Elizabeth David described a cassoulet's virtues so well that it would be superfluous to try to offer one's own description. To read her on the subject is an exercise in nostalgia, recalling pleasant hours in the Fifties spent 'discovering' the kinds of food she so loved.

'The cassoulet is perhaps the most typical of true country food,' she writes in Mediterranean Food, 'the genuine, abundant, earthy, richly flavoured and patiently simmered dish of the ideal farmhouse kitchen. Hidden beneath a layer of creamy, golden-crusted haricot beans in a deep, wide, earthen pot, the cassoulet contains garlicky pork sausages, smoked bacon, a wing or leg of preserved goose (in shops you find this as confit), perhaps a piece of mutton, or a couple of pig's feet, or half a duck, and some chunks of pork rind. The beans are tender, juicy, moist but not mushy.'

I refer you to her admirable book for a recipe that is good and works, because she always knew that one might not find the real thing and therefore gives adequate substitutes.

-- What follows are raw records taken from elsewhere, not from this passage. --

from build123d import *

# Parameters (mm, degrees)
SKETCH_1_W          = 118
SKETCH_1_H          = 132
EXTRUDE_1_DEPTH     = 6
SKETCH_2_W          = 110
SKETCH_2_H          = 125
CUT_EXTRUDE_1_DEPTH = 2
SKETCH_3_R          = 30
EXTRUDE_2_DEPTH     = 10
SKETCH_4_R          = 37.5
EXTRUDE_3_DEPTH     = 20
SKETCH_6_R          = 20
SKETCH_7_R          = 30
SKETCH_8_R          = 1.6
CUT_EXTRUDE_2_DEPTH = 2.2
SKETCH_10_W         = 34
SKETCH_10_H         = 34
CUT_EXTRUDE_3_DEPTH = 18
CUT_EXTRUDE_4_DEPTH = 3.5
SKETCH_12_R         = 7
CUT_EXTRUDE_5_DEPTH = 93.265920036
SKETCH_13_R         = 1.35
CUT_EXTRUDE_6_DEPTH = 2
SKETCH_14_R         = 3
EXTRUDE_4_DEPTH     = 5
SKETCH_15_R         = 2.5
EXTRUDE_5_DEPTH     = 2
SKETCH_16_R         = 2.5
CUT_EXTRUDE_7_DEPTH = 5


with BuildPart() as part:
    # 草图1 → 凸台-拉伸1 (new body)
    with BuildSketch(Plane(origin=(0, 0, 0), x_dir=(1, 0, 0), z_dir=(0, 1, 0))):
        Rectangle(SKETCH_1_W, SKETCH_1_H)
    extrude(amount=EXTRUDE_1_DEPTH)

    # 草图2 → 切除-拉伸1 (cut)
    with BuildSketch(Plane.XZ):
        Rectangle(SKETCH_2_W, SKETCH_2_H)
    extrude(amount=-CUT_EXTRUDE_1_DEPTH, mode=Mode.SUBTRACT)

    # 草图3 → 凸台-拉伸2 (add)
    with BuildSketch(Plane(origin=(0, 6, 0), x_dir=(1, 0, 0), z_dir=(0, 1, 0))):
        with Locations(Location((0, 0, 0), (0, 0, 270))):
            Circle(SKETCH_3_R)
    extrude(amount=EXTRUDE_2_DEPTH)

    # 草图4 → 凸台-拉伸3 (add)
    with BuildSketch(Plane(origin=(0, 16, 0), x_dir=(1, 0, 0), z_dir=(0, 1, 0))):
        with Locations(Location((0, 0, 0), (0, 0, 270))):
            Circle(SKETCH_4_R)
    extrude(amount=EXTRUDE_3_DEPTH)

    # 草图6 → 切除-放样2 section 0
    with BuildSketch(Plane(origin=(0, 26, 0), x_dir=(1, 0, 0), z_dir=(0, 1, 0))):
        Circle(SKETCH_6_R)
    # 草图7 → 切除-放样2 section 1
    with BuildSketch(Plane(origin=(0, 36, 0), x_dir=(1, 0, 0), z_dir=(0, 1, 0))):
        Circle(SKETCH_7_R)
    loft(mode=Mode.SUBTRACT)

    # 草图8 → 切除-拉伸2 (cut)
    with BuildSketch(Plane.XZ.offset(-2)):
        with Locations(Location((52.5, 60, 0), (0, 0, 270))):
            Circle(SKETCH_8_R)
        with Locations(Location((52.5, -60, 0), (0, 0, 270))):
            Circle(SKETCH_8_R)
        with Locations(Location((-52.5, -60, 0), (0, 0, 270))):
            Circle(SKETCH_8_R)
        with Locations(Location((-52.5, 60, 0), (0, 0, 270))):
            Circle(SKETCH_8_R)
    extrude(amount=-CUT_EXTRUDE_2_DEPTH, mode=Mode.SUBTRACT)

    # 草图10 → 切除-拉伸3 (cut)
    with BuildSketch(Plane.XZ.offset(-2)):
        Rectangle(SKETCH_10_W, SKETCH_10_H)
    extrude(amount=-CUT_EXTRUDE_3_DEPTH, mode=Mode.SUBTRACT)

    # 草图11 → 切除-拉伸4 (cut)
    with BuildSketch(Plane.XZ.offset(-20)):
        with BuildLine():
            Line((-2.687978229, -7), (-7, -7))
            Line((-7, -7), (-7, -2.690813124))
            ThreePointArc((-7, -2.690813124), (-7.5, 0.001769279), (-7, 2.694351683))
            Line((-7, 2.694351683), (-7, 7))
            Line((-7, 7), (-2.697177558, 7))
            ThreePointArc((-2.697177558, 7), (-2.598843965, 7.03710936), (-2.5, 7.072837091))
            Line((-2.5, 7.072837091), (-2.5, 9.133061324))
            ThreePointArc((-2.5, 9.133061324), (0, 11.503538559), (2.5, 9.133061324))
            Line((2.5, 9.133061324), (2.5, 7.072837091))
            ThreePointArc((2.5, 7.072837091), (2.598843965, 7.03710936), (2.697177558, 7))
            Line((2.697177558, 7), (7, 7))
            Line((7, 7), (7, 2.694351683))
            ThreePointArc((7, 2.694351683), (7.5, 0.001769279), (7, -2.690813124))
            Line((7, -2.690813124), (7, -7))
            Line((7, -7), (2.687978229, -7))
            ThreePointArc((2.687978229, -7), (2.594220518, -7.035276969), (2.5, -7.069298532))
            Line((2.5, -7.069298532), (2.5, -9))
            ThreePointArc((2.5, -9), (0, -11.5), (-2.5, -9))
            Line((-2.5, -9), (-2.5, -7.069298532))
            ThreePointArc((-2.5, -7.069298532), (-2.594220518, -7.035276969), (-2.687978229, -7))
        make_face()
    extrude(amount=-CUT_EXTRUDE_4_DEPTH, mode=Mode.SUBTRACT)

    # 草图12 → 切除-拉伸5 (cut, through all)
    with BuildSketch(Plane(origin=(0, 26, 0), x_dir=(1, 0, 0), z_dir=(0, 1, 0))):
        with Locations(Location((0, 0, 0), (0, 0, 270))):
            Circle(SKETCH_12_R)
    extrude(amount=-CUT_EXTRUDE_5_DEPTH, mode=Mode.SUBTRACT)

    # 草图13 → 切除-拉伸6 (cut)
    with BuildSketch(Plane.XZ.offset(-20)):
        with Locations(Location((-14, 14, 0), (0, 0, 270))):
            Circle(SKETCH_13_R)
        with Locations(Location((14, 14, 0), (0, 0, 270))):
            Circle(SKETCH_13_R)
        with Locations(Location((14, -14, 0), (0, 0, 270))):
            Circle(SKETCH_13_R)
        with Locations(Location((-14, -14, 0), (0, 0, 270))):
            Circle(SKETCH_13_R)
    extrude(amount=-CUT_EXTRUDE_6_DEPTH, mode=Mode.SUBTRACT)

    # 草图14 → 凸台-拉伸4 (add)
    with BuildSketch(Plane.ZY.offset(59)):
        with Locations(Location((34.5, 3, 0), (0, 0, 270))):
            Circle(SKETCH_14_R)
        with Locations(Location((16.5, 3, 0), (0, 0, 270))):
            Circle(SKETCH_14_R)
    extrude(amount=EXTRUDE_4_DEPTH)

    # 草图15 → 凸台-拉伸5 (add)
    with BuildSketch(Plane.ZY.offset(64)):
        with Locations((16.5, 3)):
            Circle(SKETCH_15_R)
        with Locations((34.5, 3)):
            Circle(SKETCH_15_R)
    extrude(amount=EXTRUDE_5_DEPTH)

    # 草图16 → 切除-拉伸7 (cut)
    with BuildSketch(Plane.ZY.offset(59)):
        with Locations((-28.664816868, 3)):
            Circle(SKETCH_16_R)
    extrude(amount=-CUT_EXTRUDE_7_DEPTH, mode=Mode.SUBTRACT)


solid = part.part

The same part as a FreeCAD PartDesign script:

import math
import FreeCAD as App
import Part
import Sketcher
from FreeCAD import Vector
Q = App.Units.Quantity


def add_polygon(sketch, points):
    """Adds a closed chain of lines whose ends are joined by coincident constraints."""
    first, n = sketch.GeometryCount, len(points)
    for a, b in zip(points, points[1:] + points[:1]):
        sketch.addGeometry(Part.LineSegment(App.Vector(*a, 0), App.Vector(*b, 0)), False)
    for i in range(n):
        sketch.addConstraint(Sketcher.Constraint("Coincident", first + i, 2, first + (i + 1) % n, 1))

doc = App.newDocument("Part")
body = doc.addObject("PartDesign::Body", "Body")

sketch1 = body.newObject("Sketcher::SketchObject", "Sketch")
sketch1.AttachmentSupport = (doc.getObject("XZ_Plane"), [""])
sketch1.MapMode = "FlatFace"
add_polygon(sketch1, [(-59, -66), (-59, 66), (59, 66), (59, -66)])
sketch1.addConstraint([
    Sketcher.Constraint("Vertical", 0),
    Sketcher.Constraint("Horizontal", 1),
    Sketcher.Constraint("Vertical", 2),
    Sketcher.Constraint("Horizontal", 3),
    Sketcher.Constraint("Symmetric", 0, 2, 2, 2, -1, 1),
    Sketcher.Constraint("DistanceX", 1, 1, 1, 2, Q("118 mm")),
    Sketcher.Constraint("DistanceY", 0, 1, 0, 2, Q("132 mm")),
])
pad1 = body.newObject("PartDesign::Pad", "Pad")
pad1.Profile = sketch1
pad1.Length = 6
pad1.Reversed = True

sketch2 = body.newObject("Sketcher::SketchObject", "Sketch001")
sketch2.AttachmentSupport = (doc.getObject("XZ_Plane"), [""])
sketch2.MapMode = "FlatFace"
add_polygon(sketch2, [(-55, 62.5), (-55, -62.5), (55, -62.5), (55, 62.5)])
sketch2.addConstraint([
    Sketcher.Constraint("Vertical", 0),
    Sketcher.Constraint("Horizontal", 1),
    Sketcher.Constraint("Vertical", 2),
    Sketcher.Constraint("Horizontal", 3),
    Sketcher.Constraint("Symmetric", 0, 2, 2, 2, -1, 1),
    Sketcher.Constraint("DistanceX", 1, 1, 1, 2, Q("110 mm")),
    Sketcher.Constraint("DistanceY", 0, 2, 0, 1, Q("125 mm")),
])
pocket1 = body.newObject("PartDesign::Pocket", "Pocket")
pocket1.Profile = sketch2
pocket1.Length = 2

sketch3 = body.newObject("Sketcher::SketchObject", "Sketch002")
sketch3.AttachmentSupport = (doc.getObject("XZ_Plane"), [""])
sketch3.MapMode = "FlatFace"
sketch3.AttachmentOffset = App.Placement(Vector(0, 0, -6), App.Rotation())
sketch3.addGeometry(Part.Circle(Vector(0, 0, 0), Vector(0, 0, 1), 30), False)
sketch3.addConstraint([
    Sketcher.Constraint("Coincident", 0, 3, -1, 1),
    Sketcher.Constraint("Diameter", 0, Q("60 mm")),
])
pad2 = body.newObject("PartDesign::Pad", "Pad001")
pad2.Profile = sketch3
pad2.Length = 10
pad2.Reversed = True

sketch4 = body.newObject("Sketcher::SketchObject", "Sketch003")
sketch4.AttachmentSupport = (doc.getObject("XZ_Plane"), [""])
sketch4.MapMode = "FlatFace"
sketch4.AttachmentOffset = App.Placement(Vector(0, 0, -16), App.Rotation())
sketch4.addGeometry(Part.Circle(Vector(0, 0, 0), Vector(0, 0, 1), 37.5), False)
sketch4.addConstraint([
    Sketcher.Constraint("Coincident", 0, 3, -1, 1),
    Sketcher.Constraint("Diameter", 0, Q("75 mm")),
])
pad3 = body.newObject("PartDesign::Pad", "Pad002")
pad3.Profile = sketch4
pad3.Length = 20
pad3.Reversed = True

sketch5 = body.newObject("Sketcher::SketchObject", "Sketch004")
sketch5.AttachmentSupport = (doc.getObject("XZ_Plane"), [""])
sketch5.MapMode = "FlatFace"
sketch5.AttachmentOffset = App.Placement(Vector(0, 0, -26), App.Rotation())
sketch5.addGeometry(Part.Circle(Vector(0, 0, 0), Vector(0, 0, 1), 20), False)
sketch5.addConstraint([
    Sketcher.Constraint("Coincident", 0, 3, -1, 1),
    Sketcher.Constraint("Diameter", 0, Q("40 mm")),
])

sketch6 = body.newObject("Sketcher::SketchObject", "Sketch005")
sketch6.AttachmentSupport = (doc.getObject("XZ_Plane"), [""])
sketch6.MapMode = "FlatFace"
sketch6.AttachmentOffset = App.Placement(Vector(0, 0, -36), App.Rotation())
sketch6.addGeometry(Part.Circle(Vector(0, 0, 0), Vector(0, 0, 1), 30), False)
sketch6.addConstraint([
    Sketcher.Constraint("Coincident", 0, 3, -1, 1),
    Sketcher.Constraint("Diameter", 0, Q("60 mm")),
])

subtractiveloft = body.newObject("PartDesign::SubtractiveLoft", "SubtractiveLoft")
subtractiveloft.Profile = sketch5
subtractiveloft.Sections = [sketch6]

sketch7 = body.newObject("Sketcher::SketchObject", "Sketch006")
sketch7.AttachmentSupport = (doc.getObject("XZ_Plane"), [""])
sketch7.MapMode = "FlatFace"
sketch7.AttachmentOffset = App.Placement(Vector(0, 0, -2), App.Rotation())
sketch7.addGeometry([
    Part.Circle(Vector(52.5, 60, 0), Vector(0, 0, 1), 1.6),
    Part.Circle(Vector(52.5, -60, 0), Vector(0, 0, 1), 1.6),
    Part.Circle(Vector(-52.5, -60, 0), Vector(0, 0, 1), 1.6),
    Part.Circle(Vector(-52.5, 60, 0), Vector(0, 0, 1), 1.6),
], False)
sketch7.addConstraint([
    Sketcher.Constraint("Equal", 0, 1),
    Sketcher.Constraint("Equal", 1, 2),
    Sketcher.Constraint("Equal", 2, 3),
    Sketcher.Constraint("Symmetric", 0, 3, 2, 3, -1, 1),
    Sketcher.Constraint("Symmetric", 1, 3, 3, 3, -1, 1),
    Sketcher.Constraint("Symmetric", 1, 3, 2, 3, -2),
    Sketcher.Constraint("Diameter", 0, Q("3.2 mm")),
    Sketcher.Constraint("DistanceY", -1, 1, 0, 3, Q("60 mm")),
    Sketcher.Constraint("DistanceX", 2, 3, 1, 3, Q("105 mm")),
])
pocket2 = body.newObject("PartDesign::Pocket", "Pocket001")
pocket2.Profile = sketch7
pocket2.Length = 2.2

sketch8 = body.newObject("Sketcher::SketchObject", "Sketch007")
sketch8.AttachmentSupport = (doc.getObject("XZ_Plane"), [""])
sketch8.MapMode = "FlatFace"
sketch8.AttachmentOffset = App.Placement(Vector(0, 0, -2), App.Rotation())
add_polygon(sketch8, [(-17, 17), (-17, -17), (17, -17), (17, 17)])
sketch8.addConstraint([
    Sketcher.Constraint("Vertical", 0),
    Sketcher.Constraint("Horizontal", 1),
    Sketcher.Constraint("Vertical", 2),
    Sketcher.Constraint("Horizontal", 3),
    Sketcher.Constraint("Symmetric", 0, 2, 2, 2, -1, 1),
    Sketcher.Constraint("Equal", 3, 0),
    Sketcher.Constraint("DistanceX", 1, 1, 1, 2, Q("34 mm")),
])
pocket3 = body.newObject("PartDesign::Pocket", "Pocket002")
pocket3.Profile = sketch8
pocket3.Length = 18

sketch9 = body.newObject("Sketcher::SketchObject", "Sketch008")
sketch9.AttachmentSupport = (doc.getObject("XZ_Plane"), [""])
sketch9.MapMode = "FlatFace"
sketch9.AttachmentOffset = App.Placement(Vector(0, 0, -20), App.Rotation())
sketch9.addGeometry([
    Part.LineSegment(Vector(-7, -7, 0), Vector(-2.687978, -7, 0)),
    Part.ArcOfCircle(Part.Circle(Vector(0, 0.001769, 0), Vector(0, 0, 1), 7.5), math.radians(-111.001789), math.radians(-109.47122)),
    Part.LineSegment(Vector(-2.5, -7.069299, 0), Vector(-2.5, -9, 0)),
    Part.ArcOfCircle(Part.Circle(Vector(0, -9, 0), Vector(0, 0, 1), 2.5), math.radians(180), math.radians(360)),
    Part.LineSegment(Vector(2.5, -9, 0), Vector(2.5, -7.069299, 0)),
    Part.ArcOfCircle(Part.Circle(Vector(0, 0.001769, 0), Vector(0, 0, 1), 7.5), math.radians(-70.52878), math.radians(-68.998211)),
    Part.LineSegment(Vector(2.687978, -7, 0), Vector(7, -7, 0)),
    Part.LineSegment(Vector(7, -7, 0), Vector(7, -2.690813, 0)),
    Part.ArcOfCircle(Part.Circle(Vector(0, 0.001769, 0), Vector(0, 0, 1), 7.5), math.radians(-21.03947), math.radians(21.03947)),
    Part.LineSegment(Vector(7, 2.694352, 0), Vector(7, 7, 0)),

But my subject is somewhat different, in that J P Gene in the French daily newspaper, Liberation, last week argued a point that shows just how much of an 'eater' (as against a connoisseur) Elizabeth David was. Mutton in a cassoulet? Duck? Which? Where? Is the cassoulet just a kind of hotpot with beans, into which you throw whatever is at hand?

No, there are three distinct traditions for a cassoulet, and when I ate my first, in a dirty, dusty, hot back street of Toulouse in 1952, I did not know that the other two - the 'classic' version, which is from its place of origin, Castelnaudary, and the one from Carcassonne - existed. And believe me, there is debate and acrimony among the three.

Prosper Montagne called that of Castelnaudary 'God the Father', that of Carcassonne 'God the Son', and that of Toulouse 'God the Holy Ghost', and that is not bad taxonomy. In the first, the cassoulet is made of fresh pork, pork hocks, ham, pork sausage and fresh pork rind; in Toulouse, yes, lamb is added (boned breast or neck), lard from the breast of pork, the famous local saucisse de Toulouse, thick-cut and pungent, plus the preserved goose now mainly associated with the dish; in Carcassonne, chunks of leg of lamb are added and sometimes, in season, game such as partridge.

Nor is there any agreement about which beans are to be used - the white beans of Pamiers or Cazere, the Soissons bean or that from Tarbes. And here we come to the heart of the matter. Mr Gene unearthed a pair of knowledgeable local purveyors who insisted on those of Tarbes - and so, if you could, would you.

Here is how one of them described the right kind of bean. It should be thick, flat and very thin- skinned, and 'when you put your hand in the sack, it's like silk'. She went on to add: 'It has nothing in common with the Spanish flat bean or the Soissons, with its rough, thick skin.' Ah, had we but world enough and time] Those 'correct' beans were planted among sweetcorn and grew up the stalks; they were picked as they ripened (near the top); they were sun-dried on cloth, then hand-sifted to eliminate any with the evil weevil spots.

Naturally, the varieties of corn no longer lend themselves to serving as a trellis for beans, nor does the labour-intensive picking exist any longer. In the late 19th century in Tarbes, 40,000 acres were devoted to the bean; today, there are barely 80. Miscegenated Elizabeth David's cassoulet may have been (it reads like a combination of all three, and tastes delicious), but I suspect she was, as I was, one of the last lucky ones, and ate the real thing. Like silk.